Final answer:
To find the critical points of the function x⁴(x-3)³, we need to find the values of x where the derivative of the function is equal to zero or undefined.
Step-by-step explanation:
To find critical points of a given function, we need to follow these steps:
1. Take the derivative of the function.
2. Set the derivative equal to zero and solve for x to find potential critical points.
3. Test if the function is defined for each value of x obtained in step 2 to confirm if they are indeed critical points. Let's find the critical points for the function: f(x) = x⁴(x-3)³
Step 1: Find the derivative of f(x) To differentiate this, we'll use the product rule. The product rule states that the derivative of a product of two functions is: d/dx [u(x) * v(x)] = u'(x)v(x) + u(x)v'(x) Let's differentiate the two functions separately and then apply the product rule: Let u(x) = x⁴ then u'(x) = 4x³ Let v(x) = (x-3)³ then v'(x) can be found by applying the chain rule: For (x-3)³ we have an outer function g(t) = t³ and inner function t(x) = x - 3 g'(t) = 3t² and t'(x) = 1 So v'(x) = g'(t(x)) * t'(x) = 3(x-3)² * 1 = 3(x-3)²
Now, apply the product rule: f'(x) = u'(x)v(x) + u(x)v'(x) = 4x³(x-3)³ + x⁴*3(x-3)²
Step 2: Set the derivative equal to zero Now we want to find the values of x where f'(x) = 0: 0 = 4x³(x-3)³ + x⁴*3(x-3)²
We can make this equation easier to solve by factoring out the common terms: 0 = x³(x-3)²[4(x-3) + 3x] Solve for x in each factor separately: From x³ = 0 : we get x = 0 From (x-3)² = 0 : we get x = 3 (since squaring any real number cannot give a negative result, so the only solution here is x = 3) From 4(x-3) + 3x = 0 : 4x - 12 + 3x = 0 7x - 12 = 0 7x = 12 x = 12/7 (approximately 1.714)
Now we have our critical points: x = 0, x = 3, and x = 12/7.

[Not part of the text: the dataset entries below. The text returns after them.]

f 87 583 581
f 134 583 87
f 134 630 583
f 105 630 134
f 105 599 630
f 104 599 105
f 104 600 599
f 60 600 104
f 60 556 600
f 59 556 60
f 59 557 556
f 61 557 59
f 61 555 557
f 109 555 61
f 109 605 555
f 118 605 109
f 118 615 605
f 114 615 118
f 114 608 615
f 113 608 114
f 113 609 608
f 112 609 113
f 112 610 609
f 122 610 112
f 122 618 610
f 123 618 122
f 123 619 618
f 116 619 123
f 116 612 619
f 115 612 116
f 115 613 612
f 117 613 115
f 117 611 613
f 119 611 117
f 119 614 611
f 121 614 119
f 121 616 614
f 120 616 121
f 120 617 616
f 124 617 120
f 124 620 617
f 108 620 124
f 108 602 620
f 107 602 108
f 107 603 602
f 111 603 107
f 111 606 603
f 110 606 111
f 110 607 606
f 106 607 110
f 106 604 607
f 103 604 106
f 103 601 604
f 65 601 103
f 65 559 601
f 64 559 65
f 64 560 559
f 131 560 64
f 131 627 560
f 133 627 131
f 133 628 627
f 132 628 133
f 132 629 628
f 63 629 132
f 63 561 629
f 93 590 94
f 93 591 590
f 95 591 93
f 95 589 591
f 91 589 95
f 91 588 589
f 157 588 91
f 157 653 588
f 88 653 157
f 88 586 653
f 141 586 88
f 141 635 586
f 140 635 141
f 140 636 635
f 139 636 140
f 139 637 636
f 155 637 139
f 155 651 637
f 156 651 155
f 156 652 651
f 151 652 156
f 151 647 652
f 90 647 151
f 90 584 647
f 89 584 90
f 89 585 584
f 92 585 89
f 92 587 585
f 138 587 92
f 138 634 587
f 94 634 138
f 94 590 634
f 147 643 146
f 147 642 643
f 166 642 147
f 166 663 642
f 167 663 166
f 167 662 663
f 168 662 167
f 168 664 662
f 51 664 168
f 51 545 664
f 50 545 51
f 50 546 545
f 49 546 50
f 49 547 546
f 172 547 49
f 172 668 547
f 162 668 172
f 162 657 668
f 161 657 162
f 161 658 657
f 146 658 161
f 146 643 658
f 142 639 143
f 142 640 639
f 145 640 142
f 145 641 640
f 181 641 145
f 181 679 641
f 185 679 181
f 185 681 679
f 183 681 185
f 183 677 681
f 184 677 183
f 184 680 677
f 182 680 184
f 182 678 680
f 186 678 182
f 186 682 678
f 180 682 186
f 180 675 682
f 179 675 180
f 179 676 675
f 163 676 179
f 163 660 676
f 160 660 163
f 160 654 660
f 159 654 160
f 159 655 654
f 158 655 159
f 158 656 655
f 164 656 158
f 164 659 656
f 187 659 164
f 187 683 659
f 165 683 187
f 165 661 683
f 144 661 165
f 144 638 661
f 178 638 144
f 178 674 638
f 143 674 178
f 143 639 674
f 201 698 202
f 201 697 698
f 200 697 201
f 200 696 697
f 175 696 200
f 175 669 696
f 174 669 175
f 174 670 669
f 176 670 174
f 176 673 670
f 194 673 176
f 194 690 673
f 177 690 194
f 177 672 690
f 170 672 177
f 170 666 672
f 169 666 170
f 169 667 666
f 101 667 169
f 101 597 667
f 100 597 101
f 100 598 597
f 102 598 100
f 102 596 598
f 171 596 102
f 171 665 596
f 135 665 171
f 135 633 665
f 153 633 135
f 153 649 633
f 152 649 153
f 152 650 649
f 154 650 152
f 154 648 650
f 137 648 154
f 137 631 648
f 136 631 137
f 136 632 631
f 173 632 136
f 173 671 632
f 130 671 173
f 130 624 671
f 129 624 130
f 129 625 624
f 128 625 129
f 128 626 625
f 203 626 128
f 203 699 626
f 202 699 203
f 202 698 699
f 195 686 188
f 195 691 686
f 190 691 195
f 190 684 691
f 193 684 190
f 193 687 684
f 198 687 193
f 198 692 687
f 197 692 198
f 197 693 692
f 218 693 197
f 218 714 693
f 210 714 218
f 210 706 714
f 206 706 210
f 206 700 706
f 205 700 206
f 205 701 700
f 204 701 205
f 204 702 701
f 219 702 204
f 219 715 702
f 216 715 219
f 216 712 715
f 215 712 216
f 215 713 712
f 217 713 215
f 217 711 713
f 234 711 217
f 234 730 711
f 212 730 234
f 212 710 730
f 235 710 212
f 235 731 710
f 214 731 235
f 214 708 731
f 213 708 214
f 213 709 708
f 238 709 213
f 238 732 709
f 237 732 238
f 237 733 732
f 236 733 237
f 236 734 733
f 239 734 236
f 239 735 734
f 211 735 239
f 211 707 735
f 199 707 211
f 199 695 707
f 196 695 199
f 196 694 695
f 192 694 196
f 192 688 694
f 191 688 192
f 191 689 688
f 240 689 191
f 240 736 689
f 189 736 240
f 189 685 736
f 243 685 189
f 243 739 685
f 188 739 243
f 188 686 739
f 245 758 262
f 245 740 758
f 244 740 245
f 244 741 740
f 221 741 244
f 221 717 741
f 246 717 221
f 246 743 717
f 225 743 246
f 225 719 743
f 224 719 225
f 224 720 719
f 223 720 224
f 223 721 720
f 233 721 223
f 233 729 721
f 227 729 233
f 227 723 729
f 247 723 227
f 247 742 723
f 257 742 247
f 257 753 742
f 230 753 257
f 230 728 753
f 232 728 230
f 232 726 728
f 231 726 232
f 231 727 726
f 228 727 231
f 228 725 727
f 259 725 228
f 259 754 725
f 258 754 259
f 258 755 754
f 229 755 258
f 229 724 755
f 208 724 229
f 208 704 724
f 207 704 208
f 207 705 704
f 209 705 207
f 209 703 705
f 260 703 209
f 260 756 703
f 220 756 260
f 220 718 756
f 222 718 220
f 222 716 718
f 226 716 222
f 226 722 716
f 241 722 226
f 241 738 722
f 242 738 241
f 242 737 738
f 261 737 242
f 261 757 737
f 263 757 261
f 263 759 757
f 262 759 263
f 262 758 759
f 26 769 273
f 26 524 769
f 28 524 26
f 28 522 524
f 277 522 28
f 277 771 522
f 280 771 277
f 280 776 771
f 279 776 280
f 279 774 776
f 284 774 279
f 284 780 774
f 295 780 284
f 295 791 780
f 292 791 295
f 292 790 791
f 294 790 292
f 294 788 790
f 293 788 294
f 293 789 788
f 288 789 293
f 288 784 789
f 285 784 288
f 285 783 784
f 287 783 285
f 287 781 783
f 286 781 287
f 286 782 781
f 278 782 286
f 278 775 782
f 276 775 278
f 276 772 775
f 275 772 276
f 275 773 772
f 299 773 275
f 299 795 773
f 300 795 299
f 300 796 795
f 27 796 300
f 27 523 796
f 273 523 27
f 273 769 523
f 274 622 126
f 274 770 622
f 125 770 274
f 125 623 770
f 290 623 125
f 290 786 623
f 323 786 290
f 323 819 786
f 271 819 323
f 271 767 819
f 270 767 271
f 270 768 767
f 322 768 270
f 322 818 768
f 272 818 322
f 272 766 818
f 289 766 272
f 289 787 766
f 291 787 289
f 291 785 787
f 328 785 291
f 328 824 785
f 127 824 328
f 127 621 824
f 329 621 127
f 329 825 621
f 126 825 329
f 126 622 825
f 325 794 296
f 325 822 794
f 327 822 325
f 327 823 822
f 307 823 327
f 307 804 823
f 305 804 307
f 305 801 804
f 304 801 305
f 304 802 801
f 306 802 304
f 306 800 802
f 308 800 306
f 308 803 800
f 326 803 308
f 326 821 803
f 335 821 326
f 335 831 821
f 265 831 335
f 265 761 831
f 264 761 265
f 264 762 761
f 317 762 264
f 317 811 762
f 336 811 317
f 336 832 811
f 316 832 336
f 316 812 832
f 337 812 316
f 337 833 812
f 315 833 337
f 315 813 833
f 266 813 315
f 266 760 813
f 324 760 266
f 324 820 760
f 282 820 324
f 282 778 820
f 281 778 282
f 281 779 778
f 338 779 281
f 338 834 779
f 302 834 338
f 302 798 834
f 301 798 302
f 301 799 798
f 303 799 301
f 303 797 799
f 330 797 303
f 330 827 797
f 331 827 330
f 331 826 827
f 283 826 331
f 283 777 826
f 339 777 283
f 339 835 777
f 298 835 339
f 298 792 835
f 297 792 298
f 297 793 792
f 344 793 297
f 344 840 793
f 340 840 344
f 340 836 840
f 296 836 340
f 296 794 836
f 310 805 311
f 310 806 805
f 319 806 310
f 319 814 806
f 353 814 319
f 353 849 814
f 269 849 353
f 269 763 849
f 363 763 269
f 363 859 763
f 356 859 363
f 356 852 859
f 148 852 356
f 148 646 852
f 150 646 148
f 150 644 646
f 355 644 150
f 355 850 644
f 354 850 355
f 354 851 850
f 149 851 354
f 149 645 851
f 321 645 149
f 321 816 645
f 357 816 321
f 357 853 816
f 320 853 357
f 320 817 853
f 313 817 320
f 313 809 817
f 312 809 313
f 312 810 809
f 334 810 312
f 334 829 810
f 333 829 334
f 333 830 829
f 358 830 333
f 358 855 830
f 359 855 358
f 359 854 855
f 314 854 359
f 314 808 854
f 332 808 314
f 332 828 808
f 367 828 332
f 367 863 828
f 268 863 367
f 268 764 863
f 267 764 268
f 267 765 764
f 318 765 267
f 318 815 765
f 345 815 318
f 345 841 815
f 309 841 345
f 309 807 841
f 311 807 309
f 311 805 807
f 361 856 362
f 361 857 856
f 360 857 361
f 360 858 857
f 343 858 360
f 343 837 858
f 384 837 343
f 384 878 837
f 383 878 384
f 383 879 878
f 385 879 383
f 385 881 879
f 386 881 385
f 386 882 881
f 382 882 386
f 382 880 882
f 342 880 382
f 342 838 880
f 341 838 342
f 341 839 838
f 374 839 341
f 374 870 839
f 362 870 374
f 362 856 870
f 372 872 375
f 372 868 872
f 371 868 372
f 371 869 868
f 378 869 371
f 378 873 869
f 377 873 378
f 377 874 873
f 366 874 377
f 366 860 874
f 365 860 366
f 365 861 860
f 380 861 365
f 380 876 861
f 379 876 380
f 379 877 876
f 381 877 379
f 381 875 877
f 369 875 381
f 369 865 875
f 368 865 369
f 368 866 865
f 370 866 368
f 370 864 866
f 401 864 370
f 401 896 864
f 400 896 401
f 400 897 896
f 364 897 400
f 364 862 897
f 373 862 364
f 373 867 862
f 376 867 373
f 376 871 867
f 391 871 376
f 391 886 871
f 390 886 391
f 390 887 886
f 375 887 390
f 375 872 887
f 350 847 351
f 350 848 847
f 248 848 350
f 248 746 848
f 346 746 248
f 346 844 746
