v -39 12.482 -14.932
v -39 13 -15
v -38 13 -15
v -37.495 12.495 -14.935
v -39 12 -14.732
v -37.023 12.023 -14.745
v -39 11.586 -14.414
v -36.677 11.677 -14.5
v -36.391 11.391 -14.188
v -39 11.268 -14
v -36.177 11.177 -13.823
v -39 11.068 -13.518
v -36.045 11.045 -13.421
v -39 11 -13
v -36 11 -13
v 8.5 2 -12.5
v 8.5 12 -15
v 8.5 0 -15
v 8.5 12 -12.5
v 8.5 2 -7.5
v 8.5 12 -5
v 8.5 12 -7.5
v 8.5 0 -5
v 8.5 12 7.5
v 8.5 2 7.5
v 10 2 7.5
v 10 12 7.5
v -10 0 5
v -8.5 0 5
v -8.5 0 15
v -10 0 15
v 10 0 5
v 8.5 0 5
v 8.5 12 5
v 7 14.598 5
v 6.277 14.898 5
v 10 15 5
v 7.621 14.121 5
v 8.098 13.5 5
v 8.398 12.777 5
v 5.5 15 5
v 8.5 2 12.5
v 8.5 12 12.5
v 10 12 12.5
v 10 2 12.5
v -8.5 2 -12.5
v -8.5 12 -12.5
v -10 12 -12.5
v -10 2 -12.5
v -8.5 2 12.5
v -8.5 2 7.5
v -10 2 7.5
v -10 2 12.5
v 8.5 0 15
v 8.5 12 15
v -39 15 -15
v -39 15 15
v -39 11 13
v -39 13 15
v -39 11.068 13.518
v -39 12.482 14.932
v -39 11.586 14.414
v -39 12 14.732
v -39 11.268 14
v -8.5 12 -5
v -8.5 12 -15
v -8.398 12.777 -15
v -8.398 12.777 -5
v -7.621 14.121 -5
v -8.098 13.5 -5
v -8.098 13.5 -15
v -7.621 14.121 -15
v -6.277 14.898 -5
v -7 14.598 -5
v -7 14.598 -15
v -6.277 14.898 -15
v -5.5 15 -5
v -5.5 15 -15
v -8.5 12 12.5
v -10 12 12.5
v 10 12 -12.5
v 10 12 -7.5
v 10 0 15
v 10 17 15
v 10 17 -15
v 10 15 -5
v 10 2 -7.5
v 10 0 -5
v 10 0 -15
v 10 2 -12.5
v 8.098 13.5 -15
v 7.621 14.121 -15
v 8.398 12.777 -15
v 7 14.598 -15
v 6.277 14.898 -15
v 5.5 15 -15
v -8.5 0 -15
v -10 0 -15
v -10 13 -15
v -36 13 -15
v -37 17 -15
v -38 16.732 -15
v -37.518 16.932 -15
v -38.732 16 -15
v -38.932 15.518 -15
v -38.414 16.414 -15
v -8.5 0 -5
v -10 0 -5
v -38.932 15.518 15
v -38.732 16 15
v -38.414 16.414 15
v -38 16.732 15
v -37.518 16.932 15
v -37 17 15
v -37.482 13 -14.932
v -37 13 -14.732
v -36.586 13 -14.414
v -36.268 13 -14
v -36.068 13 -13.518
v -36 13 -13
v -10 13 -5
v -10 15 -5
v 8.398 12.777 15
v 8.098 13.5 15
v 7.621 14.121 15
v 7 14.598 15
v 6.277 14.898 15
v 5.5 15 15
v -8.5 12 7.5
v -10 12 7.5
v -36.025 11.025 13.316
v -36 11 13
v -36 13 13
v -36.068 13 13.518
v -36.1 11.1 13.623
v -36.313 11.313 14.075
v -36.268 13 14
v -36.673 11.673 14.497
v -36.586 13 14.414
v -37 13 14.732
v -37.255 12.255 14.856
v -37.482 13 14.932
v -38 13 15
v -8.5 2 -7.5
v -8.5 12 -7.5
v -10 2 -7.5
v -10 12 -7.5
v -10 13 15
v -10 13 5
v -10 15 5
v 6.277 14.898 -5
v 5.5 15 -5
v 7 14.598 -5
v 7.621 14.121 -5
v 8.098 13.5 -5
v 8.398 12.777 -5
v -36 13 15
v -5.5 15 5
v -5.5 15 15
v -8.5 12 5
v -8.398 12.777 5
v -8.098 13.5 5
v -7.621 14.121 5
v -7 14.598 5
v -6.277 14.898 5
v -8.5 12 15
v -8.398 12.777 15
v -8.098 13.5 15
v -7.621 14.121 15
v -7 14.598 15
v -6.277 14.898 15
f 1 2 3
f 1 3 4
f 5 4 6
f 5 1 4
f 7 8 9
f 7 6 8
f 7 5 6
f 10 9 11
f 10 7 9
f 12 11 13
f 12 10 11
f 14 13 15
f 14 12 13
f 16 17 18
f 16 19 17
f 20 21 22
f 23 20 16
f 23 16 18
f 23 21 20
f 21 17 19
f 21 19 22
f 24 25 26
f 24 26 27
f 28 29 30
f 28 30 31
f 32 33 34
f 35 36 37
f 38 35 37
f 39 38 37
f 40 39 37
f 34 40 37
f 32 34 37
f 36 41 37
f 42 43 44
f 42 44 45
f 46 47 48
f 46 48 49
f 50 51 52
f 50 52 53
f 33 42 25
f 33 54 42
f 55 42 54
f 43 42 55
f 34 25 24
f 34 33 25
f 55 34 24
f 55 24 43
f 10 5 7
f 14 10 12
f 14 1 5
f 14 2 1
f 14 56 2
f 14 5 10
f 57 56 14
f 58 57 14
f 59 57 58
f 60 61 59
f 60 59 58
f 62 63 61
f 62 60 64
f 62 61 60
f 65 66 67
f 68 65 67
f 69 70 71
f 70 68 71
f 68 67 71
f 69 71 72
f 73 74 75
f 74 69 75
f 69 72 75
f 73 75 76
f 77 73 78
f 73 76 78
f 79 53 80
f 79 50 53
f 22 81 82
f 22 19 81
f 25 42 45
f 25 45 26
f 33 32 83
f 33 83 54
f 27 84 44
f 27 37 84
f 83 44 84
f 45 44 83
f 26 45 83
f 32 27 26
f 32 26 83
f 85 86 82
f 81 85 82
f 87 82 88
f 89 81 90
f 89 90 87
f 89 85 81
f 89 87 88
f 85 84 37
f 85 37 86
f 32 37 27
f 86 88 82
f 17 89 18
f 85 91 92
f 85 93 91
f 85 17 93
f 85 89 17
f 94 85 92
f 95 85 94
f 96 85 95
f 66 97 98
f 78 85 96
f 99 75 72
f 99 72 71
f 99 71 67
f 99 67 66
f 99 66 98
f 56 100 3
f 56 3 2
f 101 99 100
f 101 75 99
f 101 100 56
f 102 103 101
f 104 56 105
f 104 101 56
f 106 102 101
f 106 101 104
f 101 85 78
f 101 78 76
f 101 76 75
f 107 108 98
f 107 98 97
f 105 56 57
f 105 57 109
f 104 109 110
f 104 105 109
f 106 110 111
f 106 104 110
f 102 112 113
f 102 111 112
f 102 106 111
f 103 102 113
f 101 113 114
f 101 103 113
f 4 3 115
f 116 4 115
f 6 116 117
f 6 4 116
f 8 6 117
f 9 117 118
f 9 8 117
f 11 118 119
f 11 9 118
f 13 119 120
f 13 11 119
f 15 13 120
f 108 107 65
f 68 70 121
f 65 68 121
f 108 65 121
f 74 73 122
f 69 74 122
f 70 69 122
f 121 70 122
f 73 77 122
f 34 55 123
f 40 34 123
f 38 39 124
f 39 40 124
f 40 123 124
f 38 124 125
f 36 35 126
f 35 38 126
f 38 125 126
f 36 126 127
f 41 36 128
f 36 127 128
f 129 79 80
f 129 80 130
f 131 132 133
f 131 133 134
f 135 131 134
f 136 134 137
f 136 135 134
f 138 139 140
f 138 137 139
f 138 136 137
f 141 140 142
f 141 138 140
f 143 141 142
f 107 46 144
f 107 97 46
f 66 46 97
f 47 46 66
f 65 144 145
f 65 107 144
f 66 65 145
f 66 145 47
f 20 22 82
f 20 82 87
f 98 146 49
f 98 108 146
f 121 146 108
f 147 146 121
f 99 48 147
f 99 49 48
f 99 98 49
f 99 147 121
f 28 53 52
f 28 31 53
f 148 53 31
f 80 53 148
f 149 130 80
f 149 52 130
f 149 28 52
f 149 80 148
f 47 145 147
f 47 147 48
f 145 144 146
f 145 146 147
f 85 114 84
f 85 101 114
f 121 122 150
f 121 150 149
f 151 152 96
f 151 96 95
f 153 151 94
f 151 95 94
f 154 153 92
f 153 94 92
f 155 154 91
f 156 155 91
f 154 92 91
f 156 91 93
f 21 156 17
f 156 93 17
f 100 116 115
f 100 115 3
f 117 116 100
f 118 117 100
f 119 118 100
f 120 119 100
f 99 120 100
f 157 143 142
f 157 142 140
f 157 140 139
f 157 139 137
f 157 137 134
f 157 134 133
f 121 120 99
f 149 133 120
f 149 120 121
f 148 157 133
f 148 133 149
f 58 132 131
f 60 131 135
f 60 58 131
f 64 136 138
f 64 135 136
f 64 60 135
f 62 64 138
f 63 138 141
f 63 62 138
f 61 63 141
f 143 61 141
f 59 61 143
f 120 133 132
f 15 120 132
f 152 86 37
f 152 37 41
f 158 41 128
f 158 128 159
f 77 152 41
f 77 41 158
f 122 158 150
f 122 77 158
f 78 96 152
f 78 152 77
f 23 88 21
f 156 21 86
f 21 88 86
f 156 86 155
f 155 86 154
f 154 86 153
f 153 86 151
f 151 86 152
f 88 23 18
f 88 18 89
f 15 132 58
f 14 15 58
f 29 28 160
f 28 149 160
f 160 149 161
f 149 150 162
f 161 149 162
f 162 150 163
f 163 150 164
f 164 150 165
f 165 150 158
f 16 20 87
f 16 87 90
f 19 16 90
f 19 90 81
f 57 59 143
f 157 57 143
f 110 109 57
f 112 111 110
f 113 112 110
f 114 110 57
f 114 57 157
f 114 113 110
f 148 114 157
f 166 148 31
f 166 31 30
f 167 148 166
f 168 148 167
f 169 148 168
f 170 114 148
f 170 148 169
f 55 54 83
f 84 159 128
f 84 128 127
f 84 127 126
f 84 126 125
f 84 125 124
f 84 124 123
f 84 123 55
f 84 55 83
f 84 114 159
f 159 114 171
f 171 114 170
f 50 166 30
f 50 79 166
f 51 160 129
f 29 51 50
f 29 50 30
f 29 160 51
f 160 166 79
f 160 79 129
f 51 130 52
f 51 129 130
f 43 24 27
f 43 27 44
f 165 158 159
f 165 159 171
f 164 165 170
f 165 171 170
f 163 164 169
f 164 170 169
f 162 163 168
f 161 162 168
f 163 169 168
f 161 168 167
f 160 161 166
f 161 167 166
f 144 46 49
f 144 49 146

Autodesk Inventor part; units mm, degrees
ref_plane "YZ Plane" through (0, 0, 0) normal (1, 0, 0) x (0, 1, 0)
ref_plane "XZ Plane" through (0, 0, 0) normal (0, 1, 0) x (-1, 0, 0)
ref_plane "XY Plane" through (0, 0, 0) normal (0, 0, 1) x (1, 0, 0)
sketch "スケッチ1" plane through (0, 0, 0) normal (0, 0, 1) x (1, 0, 0)
  line L0 (-10, 17) -> (0, 17)
  line L1 (0, 17) -> (0, 15)
  line L2 (0, 15) -> (-10, 15)
  line L3 (-10, 15) -> (-10, 17)
  line L4 (0, -3.4) -> (0, 20.4) projected
  point P0 (0, 0)
  dimension "d0" = 10
  dimension "d1" = 2
  dimension "d2" = 15
extrude "押し出し1" add sketch "スケッチ1" along normal blind 5
sketch "スケッチ2" plane through (0, 0, 5) normal (0, 0, 1) x (1, 0, 0)
  line L0 (0, 17) -> (-10, 17) projected
  line L1 (-10, 17) -> (-8.5, 17)
  line L2 (-8.5, 17) -> (-8.5, 0)
  line L3 (-8.5, 0) -> (-10, 0)
  line L4 (-10, 0) -> (-10, 17)
  line L5 (-10, 15) -> (0, 15) projected
  line L6 (0, 15) -> (0, 17) projected
  line L7 (0, 17) -> (-10, 17) projected
  line L8 (-10, 17) -> (-10, 15) projected
  point P0 (0, 0)
  point P1 (-8.5, 15)
  dimension "d5" = 1.5
extrude "押し出し2" add sketch "スケッチ2" along normal blind 10
sketch "スケッチ3" plane through (-8.5, 0, 5) normal (1, 0, 0) x (0, 0, -1)
  line L0 (-7.5, 12) -> (-2.5, 12)
  line L1 (-2.5, 12) -> (-2.5, 2)
  line L2 (-2.5, 2) -> (-7.5, 2)
  line L3 (-7.5, 2) -> (-7.5, 12)
  line L4 (0, 0) -> (-10, 0) projected
  line L5 (0, 15) -> (-10, 15) projected
  point P0 (5, 0)
  point P1 (-5, 2)
  point P2 (-5, 0)
  dimension "d8" = 2
  dimension "d9" = 5
  dimension "d13" = 3
extrude "押し出し3" cut sketch "スケッチ3" against normal through all
fillet "フィレット1" radius 3 1 edges at (-8.5, 15, 10)
mirror "ミラー1" about plane through (0, 15, 0) normal (1, 0, 0)
mirror "ミラー2" about plane through (-5, 16, 0) normal (0, 0, -1)
sketch "スケッチ4" plane through (0, 0, 15) normal (0, 0, 1) x (1, 0, 0)
  line L0 (-10, 17) -> (-10, 0) projected
  line L1 (-10, 17) -> (-39, 17)
  line L2 (-39, 17) -> (-39, 13)
  line L3 (-39, 13) -> (-10, 13)
  line L4 (-10, 13) -> (-10, 17)
  line L5 (-39, 17) -> (-36, 17)
  line L6 (-36, 17) -> (-36, 11)
  line L7 (-36, 11) -> (-39, 11)
  line L8 (-39, 11) -> (-39, 17)
  point P0 (0, 0)
  point P1 (-36, 13)
  dimension "d14" = 4
  dimension "d15" = 3
  dimension "d16" = 26
  dimension "d17" = 6
extrude "押し出し4" add sketch "スケッチ4" against normal up to surface (30 mm away)
fillet "フィレット2" radius 2 1 edges at (-39, 17, 0)
fillet "フィレット3" radius 2 4 edges at (-36, 12, 15) (-37.5, 11, 15) (-37.5, 11, -15) (-36, 12, -15)
properties part number "connetcor_female_cover"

Step 3: Confirm critical points Last step involves checking if the function is defined for all our critical points.
The function f(x) is a polynomial and is defined everywhere on the real number line, so all values we just found are indeed valid critical points. Thus, the critical points of the function f(x) = x⁴(x-3)³ are x = 0, x = 3, and x = 12/7.